SEATTLE — Drop-outs, gang members, kids who love sports, children with disabilities and creative kids who can’t sit still are among the children charter school developers say they’ll teach in the new public schools they want to open in Washington state next year.
Their applications, due last week to the state Charter School Commission, span the academic spectrum, the Cascade Range and the Internet.
A year ago, Washington state voters approved the opening of up to 40 of the alternative public schools. Advocates say they are innovative tools for educating children, while opponents are suing to have the new law declared unconstitutional, saying it interferes with the state’s obligation to pay for public schools, set a uniform curriculum and establish other rules.
While a King County Superior Court judge mulls those arguments, more than 20 groups and individuals have formally expressed interest in opening a charter school.
The next step will be public hearings about those plans and then approval of the first charters in February. The first schools would open to students for the 2014-15 school year.

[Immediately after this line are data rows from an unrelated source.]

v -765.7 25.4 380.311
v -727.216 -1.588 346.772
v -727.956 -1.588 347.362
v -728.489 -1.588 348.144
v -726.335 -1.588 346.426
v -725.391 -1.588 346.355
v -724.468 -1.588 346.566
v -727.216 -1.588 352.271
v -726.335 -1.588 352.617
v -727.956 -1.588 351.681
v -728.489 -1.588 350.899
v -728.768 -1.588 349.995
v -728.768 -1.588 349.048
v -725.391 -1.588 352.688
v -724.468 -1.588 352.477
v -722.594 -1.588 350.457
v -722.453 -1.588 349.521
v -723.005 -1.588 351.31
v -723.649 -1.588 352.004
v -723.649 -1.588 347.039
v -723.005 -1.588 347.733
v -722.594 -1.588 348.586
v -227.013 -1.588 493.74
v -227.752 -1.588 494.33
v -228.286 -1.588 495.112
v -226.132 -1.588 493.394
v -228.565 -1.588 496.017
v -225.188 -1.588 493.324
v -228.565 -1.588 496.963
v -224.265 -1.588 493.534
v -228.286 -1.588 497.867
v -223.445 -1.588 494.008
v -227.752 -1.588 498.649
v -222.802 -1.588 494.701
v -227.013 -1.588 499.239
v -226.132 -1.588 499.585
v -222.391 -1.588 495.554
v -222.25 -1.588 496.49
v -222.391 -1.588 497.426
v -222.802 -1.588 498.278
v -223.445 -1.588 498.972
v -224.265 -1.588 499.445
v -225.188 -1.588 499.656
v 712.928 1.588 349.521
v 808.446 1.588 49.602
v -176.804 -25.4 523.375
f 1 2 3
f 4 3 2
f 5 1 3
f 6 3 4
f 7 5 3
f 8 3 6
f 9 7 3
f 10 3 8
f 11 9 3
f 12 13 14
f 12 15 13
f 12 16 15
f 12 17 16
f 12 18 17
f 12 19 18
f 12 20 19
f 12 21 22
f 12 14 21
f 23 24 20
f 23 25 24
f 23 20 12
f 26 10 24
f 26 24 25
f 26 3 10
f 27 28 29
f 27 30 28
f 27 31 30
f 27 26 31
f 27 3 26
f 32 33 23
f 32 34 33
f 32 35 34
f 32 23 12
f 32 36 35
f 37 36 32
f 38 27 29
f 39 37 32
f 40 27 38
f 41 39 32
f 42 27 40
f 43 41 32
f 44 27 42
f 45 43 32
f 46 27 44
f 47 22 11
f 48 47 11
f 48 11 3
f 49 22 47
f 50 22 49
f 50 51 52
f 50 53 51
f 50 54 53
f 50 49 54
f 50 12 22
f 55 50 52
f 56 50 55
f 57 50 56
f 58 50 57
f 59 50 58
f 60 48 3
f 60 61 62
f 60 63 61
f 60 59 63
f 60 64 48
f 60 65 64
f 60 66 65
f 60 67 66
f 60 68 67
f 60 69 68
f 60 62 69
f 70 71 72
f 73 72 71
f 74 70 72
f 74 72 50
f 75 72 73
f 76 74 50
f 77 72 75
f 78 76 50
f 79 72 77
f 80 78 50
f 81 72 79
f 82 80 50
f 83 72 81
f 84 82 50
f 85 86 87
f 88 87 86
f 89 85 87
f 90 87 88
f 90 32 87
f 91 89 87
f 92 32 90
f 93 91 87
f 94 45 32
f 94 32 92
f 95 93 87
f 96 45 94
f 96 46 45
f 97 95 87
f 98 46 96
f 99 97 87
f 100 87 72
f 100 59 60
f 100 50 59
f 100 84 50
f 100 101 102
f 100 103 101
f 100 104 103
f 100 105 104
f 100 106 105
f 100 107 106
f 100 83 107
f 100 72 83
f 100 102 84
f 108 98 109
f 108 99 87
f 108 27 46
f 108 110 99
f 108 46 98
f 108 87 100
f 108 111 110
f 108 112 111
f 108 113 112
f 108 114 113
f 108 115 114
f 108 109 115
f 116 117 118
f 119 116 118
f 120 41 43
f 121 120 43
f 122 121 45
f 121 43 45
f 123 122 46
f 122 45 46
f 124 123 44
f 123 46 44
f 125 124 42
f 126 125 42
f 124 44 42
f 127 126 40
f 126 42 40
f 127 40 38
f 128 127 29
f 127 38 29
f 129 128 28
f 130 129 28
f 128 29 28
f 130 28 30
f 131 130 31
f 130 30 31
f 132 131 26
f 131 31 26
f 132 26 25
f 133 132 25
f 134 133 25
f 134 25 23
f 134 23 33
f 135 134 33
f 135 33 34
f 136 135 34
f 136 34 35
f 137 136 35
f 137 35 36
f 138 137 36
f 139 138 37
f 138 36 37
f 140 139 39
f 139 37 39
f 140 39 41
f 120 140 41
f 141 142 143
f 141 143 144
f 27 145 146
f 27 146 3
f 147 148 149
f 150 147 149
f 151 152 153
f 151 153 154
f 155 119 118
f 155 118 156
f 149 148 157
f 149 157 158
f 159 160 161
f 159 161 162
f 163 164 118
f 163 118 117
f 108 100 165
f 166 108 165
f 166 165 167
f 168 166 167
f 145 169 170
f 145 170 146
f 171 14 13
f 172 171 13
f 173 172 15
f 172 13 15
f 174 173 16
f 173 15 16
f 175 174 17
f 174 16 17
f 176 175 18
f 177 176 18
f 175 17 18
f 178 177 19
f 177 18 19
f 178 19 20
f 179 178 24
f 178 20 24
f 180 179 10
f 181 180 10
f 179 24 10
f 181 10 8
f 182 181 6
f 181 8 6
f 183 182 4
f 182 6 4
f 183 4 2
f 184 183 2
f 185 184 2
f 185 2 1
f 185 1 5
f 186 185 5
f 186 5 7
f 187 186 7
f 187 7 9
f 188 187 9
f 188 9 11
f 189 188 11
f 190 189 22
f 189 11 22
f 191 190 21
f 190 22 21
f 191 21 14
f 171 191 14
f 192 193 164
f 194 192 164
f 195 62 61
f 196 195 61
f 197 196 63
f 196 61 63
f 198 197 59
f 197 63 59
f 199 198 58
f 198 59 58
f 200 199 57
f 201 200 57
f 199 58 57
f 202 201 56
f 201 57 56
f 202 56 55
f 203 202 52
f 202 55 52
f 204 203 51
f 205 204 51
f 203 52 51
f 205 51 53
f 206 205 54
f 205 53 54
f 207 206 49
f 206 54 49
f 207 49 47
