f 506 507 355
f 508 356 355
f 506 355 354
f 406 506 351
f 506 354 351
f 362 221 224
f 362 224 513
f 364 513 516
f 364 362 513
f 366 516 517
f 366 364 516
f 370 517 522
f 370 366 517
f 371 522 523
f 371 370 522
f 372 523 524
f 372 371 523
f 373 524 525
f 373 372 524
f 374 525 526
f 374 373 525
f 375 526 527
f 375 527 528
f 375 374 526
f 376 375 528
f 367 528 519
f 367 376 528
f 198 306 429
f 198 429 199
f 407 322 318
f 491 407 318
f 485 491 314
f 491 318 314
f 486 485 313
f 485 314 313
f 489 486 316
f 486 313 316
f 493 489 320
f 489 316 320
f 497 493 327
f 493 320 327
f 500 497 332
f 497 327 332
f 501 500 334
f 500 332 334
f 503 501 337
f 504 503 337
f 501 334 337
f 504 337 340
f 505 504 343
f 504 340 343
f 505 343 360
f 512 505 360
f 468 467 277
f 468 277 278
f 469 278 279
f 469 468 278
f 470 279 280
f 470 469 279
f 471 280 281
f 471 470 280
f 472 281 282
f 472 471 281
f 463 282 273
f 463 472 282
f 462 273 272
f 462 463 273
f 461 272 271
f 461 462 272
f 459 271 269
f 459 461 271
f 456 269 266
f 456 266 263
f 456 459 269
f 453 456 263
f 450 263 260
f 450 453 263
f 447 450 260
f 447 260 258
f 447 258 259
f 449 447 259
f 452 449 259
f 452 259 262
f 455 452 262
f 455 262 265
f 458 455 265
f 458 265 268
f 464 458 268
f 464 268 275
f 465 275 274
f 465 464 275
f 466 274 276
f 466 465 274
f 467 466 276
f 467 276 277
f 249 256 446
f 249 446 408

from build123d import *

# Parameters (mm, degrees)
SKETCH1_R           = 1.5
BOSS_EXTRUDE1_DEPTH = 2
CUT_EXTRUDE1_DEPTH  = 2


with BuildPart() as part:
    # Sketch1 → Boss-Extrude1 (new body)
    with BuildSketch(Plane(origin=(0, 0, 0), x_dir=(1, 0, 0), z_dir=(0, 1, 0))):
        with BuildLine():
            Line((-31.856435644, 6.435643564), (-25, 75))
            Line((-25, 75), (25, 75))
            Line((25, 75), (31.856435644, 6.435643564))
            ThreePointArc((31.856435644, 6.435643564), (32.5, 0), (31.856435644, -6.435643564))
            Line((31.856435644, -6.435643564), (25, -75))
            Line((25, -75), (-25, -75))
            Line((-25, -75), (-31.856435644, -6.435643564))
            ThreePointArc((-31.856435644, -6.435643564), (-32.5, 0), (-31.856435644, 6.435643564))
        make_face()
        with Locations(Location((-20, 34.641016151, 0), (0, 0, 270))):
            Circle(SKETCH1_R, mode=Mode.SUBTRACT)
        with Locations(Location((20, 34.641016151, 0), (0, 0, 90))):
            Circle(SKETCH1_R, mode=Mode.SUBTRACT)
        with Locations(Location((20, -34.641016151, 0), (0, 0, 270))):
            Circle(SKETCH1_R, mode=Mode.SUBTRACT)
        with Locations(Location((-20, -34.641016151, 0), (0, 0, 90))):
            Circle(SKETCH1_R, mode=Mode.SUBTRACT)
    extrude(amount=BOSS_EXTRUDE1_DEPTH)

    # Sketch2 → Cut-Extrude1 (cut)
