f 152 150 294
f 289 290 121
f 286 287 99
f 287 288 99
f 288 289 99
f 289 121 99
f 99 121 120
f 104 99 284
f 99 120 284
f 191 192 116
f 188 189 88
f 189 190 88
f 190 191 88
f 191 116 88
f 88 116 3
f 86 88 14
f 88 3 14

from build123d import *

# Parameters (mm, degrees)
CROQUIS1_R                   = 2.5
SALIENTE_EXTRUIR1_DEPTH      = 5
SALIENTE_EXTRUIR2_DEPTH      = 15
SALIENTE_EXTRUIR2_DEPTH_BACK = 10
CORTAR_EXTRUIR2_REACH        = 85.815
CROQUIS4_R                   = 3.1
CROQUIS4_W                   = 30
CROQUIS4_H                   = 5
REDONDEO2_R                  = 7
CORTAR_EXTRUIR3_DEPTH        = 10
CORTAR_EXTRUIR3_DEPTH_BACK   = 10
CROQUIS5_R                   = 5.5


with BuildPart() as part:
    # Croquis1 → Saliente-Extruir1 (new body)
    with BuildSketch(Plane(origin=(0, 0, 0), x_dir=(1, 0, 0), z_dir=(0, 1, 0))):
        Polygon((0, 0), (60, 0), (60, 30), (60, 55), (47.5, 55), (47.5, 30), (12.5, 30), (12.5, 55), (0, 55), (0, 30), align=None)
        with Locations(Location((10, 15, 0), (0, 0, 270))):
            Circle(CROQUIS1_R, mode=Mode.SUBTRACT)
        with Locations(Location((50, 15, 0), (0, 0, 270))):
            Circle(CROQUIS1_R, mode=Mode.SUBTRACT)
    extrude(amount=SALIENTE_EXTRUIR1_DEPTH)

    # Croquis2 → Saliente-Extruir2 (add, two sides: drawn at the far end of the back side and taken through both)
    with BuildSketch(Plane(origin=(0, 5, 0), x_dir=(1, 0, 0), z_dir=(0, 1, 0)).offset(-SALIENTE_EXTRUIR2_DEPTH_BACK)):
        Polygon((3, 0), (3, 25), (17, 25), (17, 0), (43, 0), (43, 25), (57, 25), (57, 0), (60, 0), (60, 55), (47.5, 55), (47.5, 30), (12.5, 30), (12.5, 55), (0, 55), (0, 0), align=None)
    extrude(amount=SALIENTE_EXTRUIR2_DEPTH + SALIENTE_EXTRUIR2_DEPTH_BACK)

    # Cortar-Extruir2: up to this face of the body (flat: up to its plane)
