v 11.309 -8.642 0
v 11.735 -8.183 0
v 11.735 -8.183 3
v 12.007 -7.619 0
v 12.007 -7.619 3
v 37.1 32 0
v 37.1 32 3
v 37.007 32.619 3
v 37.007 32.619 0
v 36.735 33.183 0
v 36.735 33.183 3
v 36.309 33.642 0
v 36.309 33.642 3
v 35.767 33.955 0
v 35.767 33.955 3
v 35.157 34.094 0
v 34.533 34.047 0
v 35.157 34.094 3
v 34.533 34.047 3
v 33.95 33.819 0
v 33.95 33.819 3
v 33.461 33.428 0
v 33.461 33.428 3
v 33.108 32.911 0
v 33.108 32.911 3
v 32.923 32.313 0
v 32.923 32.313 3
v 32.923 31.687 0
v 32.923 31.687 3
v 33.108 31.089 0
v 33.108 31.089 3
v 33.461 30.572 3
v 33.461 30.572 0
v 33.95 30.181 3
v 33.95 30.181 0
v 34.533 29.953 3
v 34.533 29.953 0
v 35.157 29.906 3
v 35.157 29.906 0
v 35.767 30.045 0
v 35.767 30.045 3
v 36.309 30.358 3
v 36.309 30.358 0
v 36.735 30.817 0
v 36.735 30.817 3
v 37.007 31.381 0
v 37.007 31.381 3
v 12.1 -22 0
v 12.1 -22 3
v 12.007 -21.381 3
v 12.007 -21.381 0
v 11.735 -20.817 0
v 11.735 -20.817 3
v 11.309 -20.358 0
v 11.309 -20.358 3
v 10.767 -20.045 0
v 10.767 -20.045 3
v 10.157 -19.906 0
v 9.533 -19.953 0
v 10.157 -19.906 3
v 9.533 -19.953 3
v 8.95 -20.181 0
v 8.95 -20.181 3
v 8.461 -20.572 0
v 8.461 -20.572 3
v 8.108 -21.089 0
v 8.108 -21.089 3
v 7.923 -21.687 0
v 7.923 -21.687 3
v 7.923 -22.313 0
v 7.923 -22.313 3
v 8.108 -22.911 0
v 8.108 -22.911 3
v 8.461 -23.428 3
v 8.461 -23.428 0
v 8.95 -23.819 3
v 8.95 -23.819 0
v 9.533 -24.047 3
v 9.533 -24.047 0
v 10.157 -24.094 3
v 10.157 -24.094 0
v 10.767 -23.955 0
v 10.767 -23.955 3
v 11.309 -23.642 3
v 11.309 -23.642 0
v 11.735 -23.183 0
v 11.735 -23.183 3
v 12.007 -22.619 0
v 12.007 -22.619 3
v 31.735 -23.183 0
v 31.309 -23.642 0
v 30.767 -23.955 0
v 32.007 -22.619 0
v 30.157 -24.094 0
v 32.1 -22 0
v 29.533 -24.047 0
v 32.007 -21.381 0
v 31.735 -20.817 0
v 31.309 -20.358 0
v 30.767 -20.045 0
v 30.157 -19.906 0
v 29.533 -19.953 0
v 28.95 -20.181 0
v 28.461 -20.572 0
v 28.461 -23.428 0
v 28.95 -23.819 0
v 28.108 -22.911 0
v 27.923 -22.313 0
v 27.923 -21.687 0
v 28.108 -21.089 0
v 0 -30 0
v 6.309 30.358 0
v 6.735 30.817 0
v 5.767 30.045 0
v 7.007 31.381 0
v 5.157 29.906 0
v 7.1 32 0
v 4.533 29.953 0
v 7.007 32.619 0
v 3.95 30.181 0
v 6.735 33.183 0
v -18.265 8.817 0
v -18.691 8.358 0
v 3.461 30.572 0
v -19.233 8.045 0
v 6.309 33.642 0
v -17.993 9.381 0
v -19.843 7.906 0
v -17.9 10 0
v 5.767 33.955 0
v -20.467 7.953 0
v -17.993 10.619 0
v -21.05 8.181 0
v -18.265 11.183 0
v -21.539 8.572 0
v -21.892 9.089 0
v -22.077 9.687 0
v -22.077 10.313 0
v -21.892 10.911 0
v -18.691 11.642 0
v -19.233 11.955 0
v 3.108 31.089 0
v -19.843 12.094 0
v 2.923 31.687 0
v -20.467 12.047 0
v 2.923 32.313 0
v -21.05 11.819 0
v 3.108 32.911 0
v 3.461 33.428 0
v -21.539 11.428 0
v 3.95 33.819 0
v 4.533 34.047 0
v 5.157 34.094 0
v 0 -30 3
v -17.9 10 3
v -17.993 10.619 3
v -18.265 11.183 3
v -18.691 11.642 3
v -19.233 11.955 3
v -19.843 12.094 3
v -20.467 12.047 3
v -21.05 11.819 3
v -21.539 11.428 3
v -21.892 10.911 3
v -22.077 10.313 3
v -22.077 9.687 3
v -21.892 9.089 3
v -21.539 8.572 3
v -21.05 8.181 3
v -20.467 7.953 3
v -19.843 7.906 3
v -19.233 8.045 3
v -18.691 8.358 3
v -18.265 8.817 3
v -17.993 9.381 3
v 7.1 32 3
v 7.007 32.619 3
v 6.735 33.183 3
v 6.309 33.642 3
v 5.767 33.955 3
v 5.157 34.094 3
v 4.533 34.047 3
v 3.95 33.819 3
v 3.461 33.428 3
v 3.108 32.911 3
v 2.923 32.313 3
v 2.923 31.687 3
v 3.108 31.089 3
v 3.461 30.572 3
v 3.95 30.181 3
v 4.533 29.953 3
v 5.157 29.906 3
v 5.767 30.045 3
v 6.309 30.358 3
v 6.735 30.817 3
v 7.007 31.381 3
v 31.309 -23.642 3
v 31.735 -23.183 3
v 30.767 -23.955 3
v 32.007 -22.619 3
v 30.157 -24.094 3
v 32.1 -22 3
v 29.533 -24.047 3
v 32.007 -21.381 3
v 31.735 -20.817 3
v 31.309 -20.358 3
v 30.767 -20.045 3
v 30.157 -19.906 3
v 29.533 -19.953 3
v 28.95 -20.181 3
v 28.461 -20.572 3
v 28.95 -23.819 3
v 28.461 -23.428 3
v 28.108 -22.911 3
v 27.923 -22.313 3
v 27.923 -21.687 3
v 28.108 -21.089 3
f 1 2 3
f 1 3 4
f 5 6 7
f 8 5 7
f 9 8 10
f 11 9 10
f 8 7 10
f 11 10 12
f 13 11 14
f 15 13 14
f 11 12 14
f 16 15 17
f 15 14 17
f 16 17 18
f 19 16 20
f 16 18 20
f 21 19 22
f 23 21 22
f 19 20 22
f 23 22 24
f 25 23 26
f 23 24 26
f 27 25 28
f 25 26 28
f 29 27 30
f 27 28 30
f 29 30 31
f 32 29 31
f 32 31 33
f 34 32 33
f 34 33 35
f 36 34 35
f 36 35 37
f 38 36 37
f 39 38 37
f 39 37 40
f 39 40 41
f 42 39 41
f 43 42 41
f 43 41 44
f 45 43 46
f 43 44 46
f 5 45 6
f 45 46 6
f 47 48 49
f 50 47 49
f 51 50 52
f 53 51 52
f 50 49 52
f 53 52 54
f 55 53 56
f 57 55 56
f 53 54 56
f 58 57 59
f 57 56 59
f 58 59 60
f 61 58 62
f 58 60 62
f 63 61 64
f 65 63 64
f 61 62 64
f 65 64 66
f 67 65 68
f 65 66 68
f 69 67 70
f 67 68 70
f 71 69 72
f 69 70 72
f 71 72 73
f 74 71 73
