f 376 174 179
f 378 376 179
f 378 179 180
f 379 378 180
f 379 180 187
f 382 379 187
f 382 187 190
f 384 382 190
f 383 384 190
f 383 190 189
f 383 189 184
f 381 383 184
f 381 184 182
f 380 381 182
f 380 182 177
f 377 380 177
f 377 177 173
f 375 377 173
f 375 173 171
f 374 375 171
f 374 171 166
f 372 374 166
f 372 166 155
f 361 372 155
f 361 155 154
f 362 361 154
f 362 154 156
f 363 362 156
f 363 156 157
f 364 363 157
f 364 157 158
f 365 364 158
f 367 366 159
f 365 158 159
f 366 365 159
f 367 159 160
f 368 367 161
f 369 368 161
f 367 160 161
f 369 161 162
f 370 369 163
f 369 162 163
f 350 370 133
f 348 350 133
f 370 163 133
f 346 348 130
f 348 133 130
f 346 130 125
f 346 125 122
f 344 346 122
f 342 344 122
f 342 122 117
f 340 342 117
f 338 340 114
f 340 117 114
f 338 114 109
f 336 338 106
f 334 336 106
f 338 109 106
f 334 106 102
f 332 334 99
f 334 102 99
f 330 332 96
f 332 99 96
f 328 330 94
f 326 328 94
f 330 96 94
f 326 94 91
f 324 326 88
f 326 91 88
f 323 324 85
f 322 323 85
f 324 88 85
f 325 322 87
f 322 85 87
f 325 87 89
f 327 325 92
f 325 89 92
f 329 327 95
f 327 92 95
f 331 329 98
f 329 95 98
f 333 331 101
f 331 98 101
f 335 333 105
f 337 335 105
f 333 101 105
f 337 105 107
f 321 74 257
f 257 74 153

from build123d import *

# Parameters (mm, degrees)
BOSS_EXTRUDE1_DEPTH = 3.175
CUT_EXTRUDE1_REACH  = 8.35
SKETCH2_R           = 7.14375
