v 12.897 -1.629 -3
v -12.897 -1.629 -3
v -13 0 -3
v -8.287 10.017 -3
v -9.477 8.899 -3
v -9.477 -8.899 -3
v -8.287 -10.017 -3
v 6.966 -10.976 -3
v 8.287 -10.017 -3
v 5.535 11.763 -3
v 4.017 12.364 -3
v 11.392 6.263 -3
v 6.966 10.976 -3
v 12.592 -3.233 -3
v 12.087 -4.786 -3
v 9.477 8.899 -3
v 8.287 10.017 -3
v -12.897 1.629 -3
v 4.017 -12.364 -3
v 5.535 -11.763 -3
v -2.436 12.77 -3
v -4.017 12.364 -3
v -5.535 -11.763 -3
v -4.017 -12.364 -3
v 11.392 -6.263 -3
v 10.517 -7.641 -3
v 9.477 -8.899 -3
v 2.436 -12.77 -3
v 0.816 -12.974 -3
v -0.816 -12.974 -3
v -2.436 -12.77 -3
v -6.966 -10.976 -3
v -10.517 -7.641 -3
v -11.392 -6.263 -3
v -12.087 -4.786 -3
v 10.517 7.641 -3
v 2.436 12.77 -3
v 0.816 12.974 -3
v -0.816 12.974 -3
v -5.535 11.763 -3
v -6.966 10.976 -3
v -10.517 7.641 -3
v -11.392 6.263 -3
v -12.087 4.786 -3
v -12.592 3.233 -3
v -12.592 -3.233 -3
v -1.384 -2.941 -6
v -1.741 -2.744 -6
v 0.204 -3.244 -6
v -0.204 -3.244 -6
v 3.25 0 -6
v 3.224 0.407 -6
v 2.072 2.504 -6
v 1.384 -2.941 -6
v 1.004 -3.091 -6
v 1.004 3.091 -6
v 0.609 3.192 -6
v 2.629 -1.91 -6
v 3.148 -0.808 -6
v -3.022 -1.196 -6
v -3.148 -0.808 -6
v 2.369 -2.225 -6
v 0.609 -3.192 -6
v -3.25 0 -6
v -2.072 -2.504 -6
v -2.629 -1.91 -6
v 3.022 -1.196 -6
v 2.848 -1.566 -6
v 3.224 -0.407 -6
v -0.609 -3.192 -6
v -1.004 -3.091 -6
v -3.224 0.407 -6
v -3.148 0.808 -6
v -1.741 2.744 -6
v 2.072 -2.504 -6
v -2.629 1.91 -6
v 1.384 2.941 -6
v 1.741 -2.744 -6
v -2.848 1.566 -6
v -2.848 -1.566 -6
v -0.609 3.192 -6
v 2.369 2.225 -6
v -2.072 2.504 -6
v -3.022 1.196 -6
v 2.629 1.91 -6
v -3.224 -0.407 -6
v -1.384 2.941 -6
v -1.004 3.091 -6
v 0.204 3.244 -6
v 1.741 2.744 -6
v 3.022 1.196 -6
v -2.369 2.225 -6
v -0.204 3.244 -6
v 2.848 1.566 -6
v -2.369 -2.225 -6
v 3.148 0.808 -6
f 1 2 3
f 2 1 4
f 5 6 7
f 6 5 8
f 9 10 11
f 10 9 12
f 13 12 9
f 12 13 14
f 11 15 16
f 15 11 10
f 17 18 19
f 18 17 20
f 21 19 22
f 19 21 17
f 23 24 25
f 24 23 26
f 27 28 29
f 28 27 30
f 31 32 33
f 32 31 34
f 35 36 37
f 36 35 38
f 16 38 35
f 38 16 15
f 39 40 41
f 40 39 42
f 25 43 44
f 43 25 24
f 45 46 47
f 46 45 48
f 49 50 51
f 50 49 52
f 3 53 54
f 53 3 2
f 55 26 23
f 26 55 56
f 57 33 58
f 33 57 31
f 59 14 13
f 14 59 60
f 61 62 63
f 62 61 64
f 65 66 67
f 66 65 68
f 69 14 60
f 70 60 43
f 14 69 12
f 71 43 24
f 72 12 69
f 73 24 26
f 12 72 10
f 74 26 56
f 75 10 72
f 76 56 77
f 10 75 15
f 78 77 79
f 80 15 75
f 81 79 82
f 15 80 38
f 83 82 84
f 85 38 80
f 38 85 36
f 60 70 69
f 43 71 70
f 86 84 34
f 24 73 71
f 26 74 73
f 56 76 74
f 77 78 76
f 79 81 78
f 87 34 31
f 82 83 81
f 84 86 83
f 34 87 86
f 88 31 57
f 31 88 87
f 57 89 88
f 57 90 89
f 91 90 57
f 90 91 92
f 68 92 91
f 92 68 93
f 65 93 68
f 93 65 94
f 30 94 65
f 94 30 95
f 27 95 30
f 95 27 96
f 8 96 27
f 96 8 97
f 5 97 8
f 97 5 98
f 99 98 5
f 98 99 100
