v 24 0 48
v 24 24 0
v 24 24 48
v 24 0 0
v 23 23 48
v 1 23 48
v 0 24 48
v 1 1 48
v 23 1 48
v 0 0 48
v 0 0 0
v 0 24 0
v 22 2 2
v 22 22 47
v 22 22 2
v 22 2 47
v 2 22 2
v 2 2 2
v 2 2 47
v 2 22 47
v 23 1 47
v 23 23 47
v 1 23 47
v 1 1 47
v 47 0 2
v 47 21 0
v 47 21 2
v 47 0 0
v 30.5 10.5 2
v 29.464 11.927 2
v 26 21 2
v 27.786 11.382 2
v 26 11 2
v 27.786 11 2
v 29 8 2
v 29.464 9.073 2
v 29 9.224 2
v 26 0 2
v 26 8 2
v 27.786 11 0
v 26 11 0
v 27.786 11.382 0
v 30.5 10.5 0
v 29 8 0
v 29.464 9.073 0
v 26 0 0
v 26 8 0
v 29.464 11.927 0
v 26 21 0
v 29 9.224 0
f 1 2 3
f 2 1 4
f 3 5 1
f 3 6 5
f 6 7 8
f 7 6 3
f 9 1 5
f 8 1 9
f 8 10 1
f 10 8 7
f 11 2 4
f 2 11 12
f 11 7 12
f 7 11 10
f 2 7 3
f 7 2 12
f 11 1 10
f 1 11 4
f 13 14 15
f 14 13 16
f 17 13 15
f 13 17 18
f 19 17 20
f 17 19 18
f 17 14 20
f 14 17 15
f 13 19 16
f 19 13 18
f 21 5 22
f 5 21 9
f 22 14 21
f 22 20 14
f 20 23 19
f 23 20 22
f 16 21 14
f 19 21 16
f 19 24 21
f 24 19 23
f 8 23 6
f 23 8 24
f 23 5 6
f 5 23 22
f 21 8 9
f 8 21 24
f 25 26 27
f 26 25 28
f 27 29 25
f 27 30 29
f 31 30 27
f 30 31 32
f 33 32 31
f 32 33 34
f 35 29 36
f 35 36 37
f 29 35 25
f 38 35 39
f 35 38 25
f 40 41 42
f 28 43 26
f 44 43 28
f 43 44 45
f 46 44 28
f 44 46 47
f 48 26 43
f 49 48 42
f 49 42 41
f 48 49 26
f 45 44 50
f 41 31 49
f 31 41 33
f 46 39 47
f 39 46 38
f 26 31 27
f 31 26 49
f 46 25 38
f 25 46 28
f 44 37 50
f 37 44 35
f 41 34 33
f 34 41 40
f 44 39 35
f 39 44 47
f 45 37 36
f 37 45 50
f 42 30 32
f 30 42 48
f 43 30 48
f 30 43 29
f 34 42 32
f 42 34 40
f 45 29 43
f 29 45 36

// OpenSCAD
difference(){
    cube([24, 24, 48]);
    translate([2, 2, 2]){
        cube([20, 20, 48]);
    }
    translate([1, 1, 47]){
        cube([22, 22, 3]);
    }
}

translate([26, 0, 0]){
    difference(){
        cube([21, 21, 2]);
        translate([0, 8, -1]){
            cube([3, 3, 4]);
        }
        translate([3, 10.5, -1]){
            cylinder(r=1.5, h=4);
        }
    }
}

Here are profiles of some of those hoping to open the state’s first charter schools.
Drop-outs, addicts, gang members
Seventeen years ago, Por Vida Academy was one of the first charter schools in Texas. Now the San Antonio group wants to start a school in Yakima for young people who are far away from graduating from high school.
Joseph Rendon, now superintendent of a small group of Por Vida charter schools in Texas, says his students have drug problems, anger management issues, are active in gangs, have been arrested and have dropped out of school at least once.
Most students are between 16- and 18-years-old, Hispanic and were out of school for at least a year before enrolling.
The school gives them heavy doses of social work and counseling, as well as education in small classes. The high school has 250 or fewer students at any one time, but the population is always changing. Patience, tolerance plus lots of individual attention are keys to Por Vida’s approach, Rendon said.
The school doesn’t brag about graduation rates or test scores, because Rendon acknowledges their statistics are not very impressive.
He talks instead about people like a young woman who was on heroin last year and now is drug-free, playing volleyball, has perfect attendance and is working toward a career after high school.
School without walls
Hannah Williams was a classroom teacher in Western Washington for 10 years before going back to school to get a master’s degree in school development from Harvard University.
The 30-year-old former theater geek started focusing on opening a school in Seattle’s Pioneer Square neighborhood after a professor told her to imagine a real place while dreaming of her ideal school.
Creative kids who need movement and action — especially boys — are the target audience for her proposed middle school, which she is calling the Out of the Box Learning Studio. She wants to start with just fifth- and sixth-graders, but eventually grow to include grades 5-12.
Kids will direct their own learning, but will work in small groups with a teacher to figure out where to take their ideas.
They will go outside the building to learn geometry from architecture or history by walking around the neighborhood. Students will go on learning missions and share their results on video or other media both within the school and online.
Military kids with special needs
Military mom Calyn Holdaway says her husband, Daren, asked for a compassionate reassignment from Japan to Joint Base Lewis-McChord because they heard Washington has good resources for children with autism.
The Gig Harbor mother of three kids with special needs says she found medical help on and around the base, but discovered local schools couldn’t keep up with the influx of military families moving for the same reasons.
After years of research and advocacy, Holdaway found appropriate schools for her children. Now she wants to help others by opening a small charter school with a hands-on, project-based curriculum, supported by plenty of adult help.
She says hundreds of parents have contacted her to talk about special education for military families since a story about her oldest son ran in the local military newspaper.
They’re shopping around for a building in Tacoma.
Across the border
Gene Haag is a Coeur d’Alene, Idaho, father of six who says online charter schools have helped his children supplement their home schooling. Because he missed the deadline for applying to open a charter school in Idaho next year, he is putting in his application across the border.
Haag, who has a master’s degree in education administration, is working with like-minded parents in the Spokane Valley. They don’t plan to make the Education Academy of Washington very different from other virtual schools and Haag acknowledges that the school won’t be a good choice for every kid.
He hopes the virtual academy will offer an alternative to rural children who would gain access to a wider variety of classes than local schools can provide.
Instead of being affiliated with any one school district, they will seek enrollment of up to 2,500 from across the state. Haag hopes to plan some in person programs, such as meet-ups for kids who live in one geographic area, and potentially sports teams.
They would open as a middle and high school.
Charter professionals
Officials at Green Dot Public Schools, a charter management organization that runs 19 schools in Los Angeles, do not mention their most obvious connection to Seattle when they talk about applying to start building a network in Washington.
Green Dot is a major recipient of dollars from the Bill &Melinda Gates Foundation, which would like to see expansion of a successful formula that has given inner-city kids a path to college.
The company has begun moving outside of Los Angeles with a plan for 10 schools in Memphis. In Washington, Green Dot wants to open a middle school in Tacoma in 2015 and to eventually add a high school there, said Megan Quaile, vice president of national expansion.
Quaile said they picked Washington because of its “evolved” charter law.